|Fossiomanus sinensis & Jueconodon cheni |
Mao, Zhang, Liu & Meng, 2021
Mammaliamorpha comprises the last common ancestor of Tritylodontidae and Mammalia plus all its descendants. Tritylodontids are nonmammaliaform herbivorous cynodonts that originated in the Late Triassic epoch, diversified in the Jurassic period and survived into the Early Cretaceous epoch. Eutriconodontans have generally been considered to be an extinct mammalian group, although different views exist. Here we report a newly discovered tritylodontid and eutriconodontan from the Early Cretaceous Jehol Biota of China. Eutriconodontans are common in this biota, but it was not previously known to contain tritylodontids. The two distantly related species show convergent features that are adapted for fossorial life, and are the first ‘scratch-diggers’ known from this biota.

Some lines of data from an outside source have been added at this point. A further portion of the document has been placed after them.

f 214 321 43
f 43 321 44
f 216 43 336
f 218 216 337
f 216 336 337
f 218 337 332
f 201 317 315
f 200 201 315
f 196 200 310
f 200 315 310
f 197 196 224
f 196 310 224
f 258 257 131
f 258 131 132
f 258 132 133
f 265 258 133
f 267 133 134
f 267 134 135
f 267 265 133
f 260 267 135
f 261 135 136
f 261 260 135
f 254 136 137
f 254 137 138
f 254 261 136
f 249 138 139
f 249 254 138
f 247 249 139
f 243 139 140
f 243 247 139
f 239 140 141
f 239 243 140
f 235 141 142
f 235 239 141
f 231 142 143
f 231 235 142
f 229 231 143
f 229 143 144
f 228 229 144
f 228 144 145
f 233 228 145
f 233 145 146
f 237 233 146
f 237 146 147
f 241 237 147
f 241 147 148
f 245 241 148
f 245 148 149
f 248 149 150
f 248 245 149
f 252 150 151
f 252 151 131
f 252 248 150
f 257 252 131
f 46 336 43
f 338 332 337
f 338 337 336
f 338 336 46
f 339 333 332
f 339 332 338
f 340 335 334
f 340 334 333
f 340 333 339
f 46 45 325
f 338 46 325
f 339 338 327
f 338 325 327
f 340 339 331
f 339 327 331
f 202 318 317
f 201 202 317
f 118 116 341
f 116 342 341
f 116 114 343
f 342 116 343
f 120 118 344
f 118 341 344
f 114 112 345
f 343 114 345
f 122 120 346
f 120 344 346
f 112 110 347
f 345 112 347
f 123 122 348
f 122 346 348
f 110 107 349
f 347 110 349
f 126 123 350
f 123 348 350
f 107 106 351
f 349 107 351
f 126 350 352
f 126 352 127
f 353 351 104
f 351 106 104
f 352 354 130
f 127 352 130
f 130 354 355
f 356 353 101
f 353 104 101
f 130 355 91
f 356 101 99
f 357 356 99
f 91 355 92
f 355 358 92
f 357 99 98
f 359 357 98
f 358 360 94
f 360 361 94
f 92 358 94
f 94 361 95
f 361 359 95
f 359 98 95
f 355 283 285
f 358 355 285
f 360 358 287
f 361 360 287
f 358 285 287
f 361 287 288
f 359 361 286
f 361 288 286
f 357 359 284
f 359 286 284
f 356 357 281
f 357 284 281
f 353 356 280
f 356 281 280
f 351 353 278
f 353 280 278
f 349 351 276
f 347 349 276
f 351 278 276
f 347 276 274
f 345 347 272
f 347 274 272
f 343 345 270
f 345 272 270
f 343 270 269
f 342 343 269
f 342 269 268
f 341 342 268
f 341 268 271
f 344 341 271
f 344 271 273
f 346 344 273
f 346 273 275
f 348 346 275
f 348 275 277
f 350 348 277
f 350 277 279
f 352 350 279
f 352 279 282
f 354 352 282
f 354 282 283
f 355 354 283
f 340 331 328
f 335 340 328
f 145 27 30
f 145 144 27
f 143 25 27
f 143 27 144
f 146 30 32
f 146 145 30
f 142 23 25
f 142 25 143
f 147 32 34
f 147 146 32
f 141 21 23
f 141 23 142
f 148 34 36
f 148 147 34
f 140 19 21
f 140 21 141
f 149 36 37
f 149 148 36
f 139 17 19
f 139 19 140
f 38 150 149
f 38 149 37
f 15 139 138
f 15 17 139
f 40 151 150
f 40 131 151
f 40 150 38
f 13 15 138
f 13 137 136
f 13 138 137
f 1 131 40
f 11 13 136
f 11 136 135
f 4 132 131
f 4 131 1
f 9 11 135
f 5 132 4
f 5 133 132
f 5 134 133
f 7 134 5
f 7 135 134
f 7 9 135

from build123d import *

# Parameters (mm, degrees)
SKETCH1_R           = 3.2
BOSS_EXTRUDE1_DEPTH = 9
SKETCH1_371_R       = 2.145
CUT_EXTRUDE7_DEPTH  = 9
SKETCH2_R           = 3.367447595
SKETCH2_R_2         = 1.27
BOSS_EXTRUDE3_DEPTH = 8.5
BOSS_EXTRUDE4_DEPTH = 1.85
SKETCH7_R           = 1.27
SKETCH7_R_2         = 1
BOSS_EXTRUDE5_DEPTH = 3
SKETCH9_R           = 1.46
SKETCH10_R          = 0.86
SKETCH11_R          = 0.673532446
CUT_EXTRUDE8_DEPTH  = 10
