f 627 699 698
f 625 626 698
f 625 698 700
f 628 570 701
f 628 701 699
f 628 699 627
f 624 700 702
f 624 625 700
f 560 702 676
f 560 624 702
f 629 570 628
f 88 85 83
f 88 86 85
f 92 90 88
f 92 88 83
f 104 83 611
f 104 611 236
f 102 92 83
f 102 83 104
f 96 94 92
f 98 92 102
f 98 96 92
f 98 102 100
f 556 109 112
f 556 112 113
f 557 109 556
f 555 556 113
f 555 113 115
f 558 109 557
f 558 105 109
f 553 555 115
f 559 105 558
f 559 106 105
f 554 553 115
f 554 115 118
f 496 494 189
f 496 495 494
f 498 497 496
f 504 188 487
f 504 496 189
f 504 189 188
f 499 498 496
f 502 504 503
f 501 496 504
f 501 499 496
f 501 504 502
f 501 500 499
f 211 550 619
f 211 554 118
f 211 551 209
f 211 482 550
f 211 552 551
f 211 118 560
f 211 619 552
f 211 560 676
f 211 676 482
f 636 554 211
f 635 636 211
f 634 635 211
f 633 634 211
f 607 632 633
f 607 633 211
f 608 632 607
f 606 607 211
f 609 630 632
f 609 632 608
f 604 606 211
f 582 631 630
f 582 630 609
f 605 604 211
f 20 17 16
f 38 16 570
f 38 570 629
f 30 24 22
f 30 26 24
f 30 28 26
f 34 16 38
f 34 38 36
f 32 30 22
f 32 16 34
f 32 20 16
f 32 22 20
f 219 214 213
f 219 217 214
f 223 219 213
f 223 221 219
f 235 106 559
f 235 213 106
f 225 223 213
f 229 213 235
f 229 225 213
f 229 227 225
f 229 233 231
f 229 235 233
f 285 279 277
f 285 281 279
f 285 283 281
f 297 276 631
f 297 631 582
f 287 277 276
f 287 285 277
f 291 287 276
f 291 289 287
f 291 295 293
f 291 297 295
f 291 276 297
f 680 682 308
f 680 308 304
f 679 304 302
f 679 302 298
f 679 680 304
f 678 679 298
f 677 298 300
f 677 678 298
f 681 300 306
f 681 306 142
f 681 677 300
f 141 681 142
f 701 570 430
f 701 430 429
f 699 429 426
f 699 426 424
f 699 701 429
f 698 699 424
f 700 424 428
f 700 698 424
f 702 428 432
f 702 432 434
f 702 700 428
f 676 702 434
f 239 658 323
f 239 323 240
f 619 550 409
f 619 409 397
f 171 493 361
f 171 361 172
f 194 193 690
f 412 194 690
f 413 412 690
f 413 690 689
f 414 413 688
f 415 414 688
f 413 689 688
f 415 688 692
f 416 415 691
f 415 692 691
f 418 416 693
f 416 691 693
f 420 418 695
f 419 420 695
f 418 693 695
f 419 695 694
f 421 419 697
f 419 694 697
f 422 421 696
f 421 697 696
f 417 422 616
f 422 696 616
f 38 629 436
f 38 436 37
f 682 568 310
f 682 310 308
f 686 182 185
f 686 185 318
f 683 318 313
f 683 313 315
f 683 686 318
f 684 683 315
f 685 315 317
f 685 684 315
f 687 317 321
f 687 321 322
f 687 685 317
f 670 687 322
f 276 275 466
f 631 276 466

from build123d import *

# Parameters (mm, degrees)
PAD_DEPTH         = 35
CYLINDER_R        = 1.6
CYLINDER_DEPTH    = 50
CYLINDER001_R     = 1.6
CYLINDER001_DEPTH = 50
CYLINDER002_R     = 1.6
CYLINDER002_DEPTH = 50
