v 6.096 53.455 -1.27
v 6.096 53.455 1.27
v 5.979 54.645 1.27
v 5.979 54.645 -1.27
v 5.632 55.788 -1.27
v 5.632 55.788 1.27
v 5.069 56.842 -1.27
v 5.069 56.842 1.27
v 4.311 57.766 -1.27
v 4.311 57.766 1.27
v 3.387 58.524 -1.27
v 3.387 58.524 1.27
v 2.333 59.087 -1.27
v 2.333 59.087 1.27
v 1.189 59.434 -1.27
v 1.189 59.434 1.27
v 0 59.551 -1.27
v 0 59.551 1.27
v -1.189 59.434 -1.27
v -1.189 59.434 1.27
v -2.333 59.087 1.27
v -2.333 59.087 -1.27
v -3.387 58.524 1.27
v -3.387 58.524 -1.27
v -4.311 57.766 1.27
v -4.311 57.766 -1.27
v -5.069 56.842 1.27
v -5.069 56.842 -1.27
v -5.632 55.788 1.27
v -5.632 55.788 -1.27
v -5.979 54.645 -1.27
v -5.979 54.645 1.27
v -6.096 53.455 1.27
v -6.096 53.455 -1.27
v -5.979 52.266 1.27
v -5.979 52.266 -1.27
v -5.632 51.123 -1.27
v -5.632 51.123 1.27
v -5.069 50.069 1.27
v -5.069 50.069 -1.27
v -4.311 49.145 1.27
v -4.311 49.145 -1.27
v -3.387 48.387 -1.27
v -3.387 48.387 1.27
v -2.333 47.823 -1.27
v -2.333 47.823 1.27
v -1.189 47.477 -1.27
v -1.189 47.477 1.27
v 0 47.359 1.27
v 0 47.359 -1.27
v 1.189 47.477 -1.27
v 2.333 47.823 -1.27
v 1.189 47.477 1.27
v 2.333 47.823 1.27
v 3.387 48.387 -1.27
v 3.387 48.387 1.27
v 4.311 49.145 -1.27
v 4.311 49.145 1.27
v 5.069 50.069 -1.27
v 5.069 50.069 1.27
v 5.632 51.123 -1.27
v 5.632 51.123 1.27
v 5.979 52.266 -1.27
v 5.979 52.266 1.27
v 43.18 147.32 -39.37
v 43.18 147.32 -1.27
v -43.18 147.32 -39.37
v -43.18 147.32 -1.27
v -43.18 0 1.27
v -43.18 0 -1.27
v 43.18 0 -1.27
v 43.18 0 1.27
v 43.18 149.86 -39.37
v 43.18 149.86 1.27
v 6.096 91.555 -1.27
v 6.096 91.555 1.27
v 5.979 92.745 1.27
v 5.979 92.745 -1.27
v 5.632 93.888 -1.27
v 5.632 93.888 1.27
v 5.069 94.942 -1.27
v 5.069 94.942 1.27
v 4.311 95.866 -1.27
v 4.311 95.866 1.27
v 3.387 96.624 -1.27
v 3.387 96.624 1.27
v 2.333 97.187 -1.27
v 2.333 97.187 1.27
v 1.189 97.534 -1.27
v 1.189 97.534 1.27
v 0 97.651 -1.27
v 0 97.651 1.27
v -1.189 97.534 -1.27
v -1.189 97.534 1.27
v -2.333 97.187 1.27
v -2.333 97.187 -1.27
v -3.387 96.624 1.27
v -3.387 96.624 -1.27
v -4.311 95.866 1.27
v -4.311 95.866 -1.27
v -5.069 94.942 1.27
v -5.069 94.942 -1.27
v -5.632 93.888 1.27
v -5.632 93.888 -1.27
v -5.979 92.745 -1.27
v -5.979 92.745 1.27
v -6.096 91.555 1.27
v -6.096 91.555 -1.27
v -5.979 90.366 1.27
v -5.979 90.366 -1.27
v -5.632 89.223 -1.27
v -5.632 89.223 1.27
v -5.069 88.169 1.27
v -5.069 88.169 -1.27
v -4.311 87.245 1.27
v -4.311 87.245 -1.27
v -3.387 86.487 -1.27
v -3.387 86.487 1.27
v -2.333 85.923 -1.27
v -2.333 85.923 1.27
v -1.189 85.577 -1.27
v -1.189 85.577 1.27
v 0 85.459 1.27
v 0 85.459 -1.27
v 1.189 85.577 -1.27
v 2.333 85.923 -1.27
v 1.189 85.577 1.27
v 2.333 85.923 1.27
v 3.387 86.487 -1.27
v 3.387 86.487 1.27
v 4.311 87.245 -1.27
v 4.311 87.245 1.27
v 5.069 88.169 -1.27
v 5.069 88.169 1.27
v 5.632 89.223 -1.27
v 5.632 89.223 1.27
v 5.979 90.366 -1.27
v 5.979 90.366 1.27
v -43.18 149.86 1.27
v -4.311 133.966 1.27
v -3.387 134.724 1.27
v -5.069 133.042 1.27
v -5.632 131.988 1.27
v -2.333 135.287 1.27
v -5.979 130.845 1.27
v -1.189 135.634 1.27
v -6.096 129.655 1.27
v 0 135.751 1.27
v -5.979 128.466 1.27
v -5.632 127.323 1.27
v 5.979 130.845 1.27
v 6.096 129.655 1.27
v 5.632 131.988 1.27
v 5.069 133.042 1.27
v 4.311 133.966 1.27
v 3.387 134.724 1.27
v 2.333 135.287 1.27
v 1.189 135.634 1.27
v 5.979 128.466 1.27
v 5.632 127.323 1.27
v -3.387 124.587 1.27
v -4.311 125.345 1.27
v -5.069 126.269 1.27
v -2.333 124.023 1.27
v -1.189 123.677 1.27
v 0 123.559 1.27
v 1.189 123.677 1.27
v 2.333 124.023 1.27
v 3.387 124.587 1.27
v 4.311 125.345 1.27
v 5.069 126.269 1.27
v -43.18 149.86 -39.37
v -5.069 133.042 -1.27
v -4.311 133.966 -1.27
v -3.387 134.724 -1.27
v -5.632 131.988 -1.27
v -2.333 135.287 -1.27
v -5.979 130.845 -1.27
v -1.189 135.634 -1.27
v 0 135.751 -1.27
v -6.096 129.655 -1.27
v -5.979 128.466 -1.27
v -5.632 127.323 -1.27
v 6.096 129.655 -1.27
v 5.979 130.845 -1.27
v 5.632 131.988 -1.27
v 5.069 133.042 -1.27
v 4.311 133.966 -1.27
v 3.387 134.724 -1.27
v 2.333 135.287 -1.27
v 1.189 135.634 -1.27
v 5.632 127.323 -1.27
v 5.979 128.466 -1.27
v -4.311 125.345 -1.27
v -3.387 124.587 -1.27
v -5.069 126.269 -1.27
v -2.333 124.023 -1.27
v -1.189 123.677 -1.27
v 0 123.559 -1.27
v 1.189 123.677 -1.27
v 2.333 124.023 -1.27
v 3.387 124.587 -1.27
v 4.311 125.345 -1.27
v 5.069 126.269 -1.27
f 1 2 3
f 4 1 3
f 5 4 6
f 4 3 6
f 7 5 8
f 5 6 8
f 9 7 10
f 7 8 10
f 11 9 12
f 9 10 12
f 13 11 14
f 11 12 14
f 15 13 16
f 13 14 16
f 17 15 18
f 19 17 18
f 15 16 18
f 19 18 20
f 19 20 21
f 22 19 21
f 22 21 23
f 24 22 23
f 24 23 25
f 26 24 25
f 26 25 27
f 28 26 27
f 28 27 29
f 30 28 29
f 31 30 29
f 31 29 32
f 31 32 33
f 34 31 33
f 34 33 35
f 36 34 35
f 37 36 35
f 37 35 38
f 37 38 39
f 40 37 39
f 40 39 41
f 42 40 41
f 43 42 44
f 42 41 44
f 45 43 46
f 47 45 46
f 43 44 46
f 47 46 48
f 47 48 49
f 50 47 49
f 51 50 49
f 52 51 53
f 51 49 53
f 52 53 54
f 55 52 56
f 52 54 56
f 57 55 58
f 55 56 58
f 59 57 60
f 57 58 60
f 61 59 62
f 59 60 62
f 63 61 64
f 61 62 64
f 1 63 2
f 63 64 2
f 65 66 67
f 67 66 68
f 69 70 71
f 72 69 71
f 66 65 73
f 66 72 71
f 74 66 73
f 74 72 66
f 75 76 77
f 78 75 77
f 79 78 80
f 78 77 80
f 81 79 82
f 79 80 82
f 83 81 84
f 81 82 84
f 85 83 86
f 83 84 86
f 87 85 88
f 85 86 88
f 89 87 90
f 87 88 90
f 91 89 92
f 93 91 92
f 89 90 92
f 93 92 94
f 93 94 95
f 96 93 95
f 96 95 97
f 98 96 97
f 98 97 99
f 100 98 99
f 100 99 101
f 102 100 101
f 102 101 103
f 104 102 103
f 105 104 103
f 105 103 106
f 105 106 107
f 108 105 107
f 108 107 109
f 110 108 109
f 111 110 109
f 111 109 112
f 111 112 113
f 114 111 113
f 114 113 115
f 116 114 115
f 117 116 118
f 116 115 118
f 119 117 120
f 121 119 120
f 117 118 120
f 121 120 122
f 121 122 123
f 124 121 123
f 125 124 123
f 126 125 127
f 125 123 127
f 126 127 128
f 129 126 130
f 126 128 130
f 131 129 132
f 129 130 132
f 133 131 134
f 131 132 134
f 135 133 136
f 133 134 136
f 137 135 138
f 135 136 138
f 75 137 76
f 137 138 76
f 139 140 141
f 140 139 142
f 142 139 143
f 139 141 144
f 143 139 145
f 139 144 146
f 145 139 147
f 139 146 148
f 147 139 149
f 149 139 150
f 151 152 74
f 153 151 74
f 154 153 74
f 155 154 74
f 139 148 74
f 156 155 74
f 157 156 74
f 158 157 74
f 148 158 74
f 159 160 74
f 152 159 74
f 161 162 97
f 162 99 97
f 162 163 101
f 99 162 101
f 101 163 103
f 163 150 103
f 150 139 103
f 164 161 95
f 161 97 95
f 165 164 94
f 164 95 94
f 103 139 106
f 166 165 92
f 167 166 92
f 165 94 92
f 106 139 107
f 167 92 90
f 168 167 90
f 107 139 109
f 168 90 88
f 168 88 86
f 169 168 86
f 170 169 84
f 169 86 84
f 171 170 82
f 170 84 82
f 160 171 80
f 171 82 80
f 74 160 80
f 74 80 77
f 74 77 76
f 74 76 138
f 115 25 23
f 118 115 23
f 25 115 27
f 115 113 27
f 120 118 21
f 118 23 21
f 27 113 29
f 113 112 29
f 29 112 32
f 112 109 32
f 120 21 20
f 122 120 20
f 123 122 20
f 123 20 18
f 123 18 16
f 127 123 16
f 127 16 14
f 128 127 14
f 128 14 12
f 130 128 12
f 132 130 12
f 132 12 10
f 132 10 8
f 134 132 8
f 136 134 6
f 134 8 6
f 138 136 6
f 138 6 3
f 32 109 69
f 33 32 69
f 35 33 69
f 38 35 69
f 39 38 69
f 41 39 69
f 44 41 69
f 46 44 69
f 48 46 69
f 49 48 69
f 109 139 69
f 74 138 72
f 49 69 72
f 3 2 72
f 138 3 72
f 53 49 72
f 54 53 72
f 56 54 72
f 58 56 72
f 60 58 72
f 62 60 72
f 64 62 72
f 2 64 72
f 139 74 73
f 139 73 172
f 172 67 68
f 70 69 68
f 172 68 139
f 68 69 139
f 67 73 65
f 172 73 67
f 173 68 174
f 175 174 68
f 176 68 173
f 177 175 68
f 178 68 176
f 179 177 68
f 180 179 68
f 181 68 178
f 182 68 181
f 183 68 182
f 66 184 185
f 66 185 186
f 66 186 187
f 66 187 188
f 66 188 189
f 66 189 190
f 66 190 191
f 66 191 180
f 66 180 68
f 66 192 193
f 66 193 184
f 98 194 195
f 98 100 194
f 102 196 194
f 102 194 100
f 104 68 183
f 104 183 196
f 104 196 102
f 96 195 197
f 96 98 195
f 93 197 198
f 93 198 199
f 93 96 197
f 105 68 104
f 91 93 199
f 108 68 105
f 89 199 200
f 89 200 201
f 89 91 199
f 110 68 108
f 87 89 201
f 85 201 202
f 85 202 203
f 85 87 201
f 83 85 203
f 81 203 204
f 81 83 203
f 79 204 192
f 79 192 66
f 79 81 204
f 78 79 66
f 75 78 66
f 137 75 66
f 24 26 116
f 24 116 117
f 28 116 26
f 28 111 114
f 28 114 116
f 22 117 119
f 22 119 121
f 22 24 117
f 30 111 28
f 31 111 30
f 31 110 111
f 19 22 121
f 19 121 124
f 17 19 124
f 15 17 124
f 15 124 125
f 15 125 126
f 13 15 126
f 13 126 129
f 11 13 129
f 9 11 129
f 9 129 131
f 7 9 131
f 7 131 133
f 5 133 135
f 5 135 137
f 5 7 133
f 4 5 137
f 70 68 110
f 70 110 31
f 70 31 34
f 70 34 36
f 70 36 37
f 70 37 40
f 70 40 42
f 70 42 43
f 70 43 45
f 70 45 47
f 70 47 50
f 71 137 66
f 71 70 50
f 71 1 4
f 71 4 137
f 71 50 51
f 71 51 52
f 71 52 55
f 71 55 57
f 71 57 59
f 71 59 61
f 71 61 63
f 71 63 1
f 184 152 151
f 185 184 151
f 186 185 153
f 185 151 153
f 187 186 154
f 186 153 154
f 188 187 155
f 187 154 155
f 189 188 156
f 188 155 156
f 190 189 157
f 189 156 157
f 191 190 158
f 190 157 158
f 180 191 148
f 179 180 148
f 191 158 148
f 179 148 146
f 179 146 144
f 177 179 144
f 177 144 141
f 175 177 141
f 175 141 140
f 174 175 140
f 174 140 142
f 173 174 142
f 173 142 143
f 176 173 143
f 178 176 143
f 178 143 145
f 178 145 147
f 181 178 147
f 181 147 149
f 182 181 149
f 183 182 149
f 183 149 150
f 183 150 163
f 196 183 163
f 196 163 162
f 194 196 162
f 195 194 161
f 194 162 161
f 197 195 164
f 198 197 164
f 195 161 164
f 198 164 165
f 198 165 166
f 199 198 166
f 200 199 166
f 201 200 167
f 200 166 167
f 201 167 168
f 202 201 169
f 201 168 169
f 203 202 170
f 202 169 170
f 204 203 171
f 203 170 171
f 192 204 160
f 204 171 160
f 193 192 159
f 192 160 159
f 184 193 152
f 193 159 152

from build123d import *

# Parameters (mm, degrees)
SKETCH1_W           = 86.36
SKETCH1_H           = 2.54
BOSS_EXTRUDE1_DEPTH = 149.86
SKETCH2_W           = 86.36
SKETCH2_H           = 2.54
BOSS_EXTRUDE2_DEPTH = 38.1
SKETCH3_R           = 6.096
CUT_EXTRUDE1_DEPTH  = 41.64


with BuildPart() as part:
    # Sketch1 → Boss-Extrude1 (new body)
    with BuildSketch(Plane(origin=(0, 0, 0), x_dir=(1, 0, 0), z_dir=(0, 1, 0))):
        Rectangle(SKETCH1_W, SKETCH1_H)
    extrude(amount=BOSS_EXTRUDE1_DEPTH)

    # Sketch2 → Boss-Extrude2 (add)
    with BuildSketch(Plane(origin=(0, 0, -1.27), x_dir=(-1, 0, 0), z_dir=(0, 0, -1))):
        with Locations((0, 148.59)):
            Rectangle(SKETCH2_W, SKETCH2_H)
    extrude(amount=BOSS_EXTRUDE2_DEPTH)

    # Sketch3 → Cut-Extrude1 (cut, through all)
    with BuildSketch(Plane.XY.offset(1.27)):
        with Locations((0, 129.655411205)):
            Circle(SKETCH3_R)
        with Locations((0, 91.555411205)):
            Circle(SKETCH3_R)
        with Locations((0, 53.455411205)):
            Circle(SKETCH3_R)
    extrude(amount=-CUT_EXTRUDE1_DEPTH, mode=Mode.SUBTRACT)


solid = part.part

Both species also show an increased number of presacral vertebrae, relative to the ancestral state in synapsids or mammals, that display meristic and homeotic changes. These fossils shed light on the evolutionary development of the axial skeleton in mammaliamorphs, which has been the focus of numerous studies in vertebrate evolution and developmental biology. The phenotypes recorded by these fossils indicate that developmental plasticity in somitogenesis and HOX gene expression in the axial skeleton—similar to that observed in extant mammals—was already in place in stem mammaliamorphs. The interaction of these developmental mechanisms with natural selection may have underpinned the diverse phenotypes of body plan that evolved independently in various clades of mammaliamorph.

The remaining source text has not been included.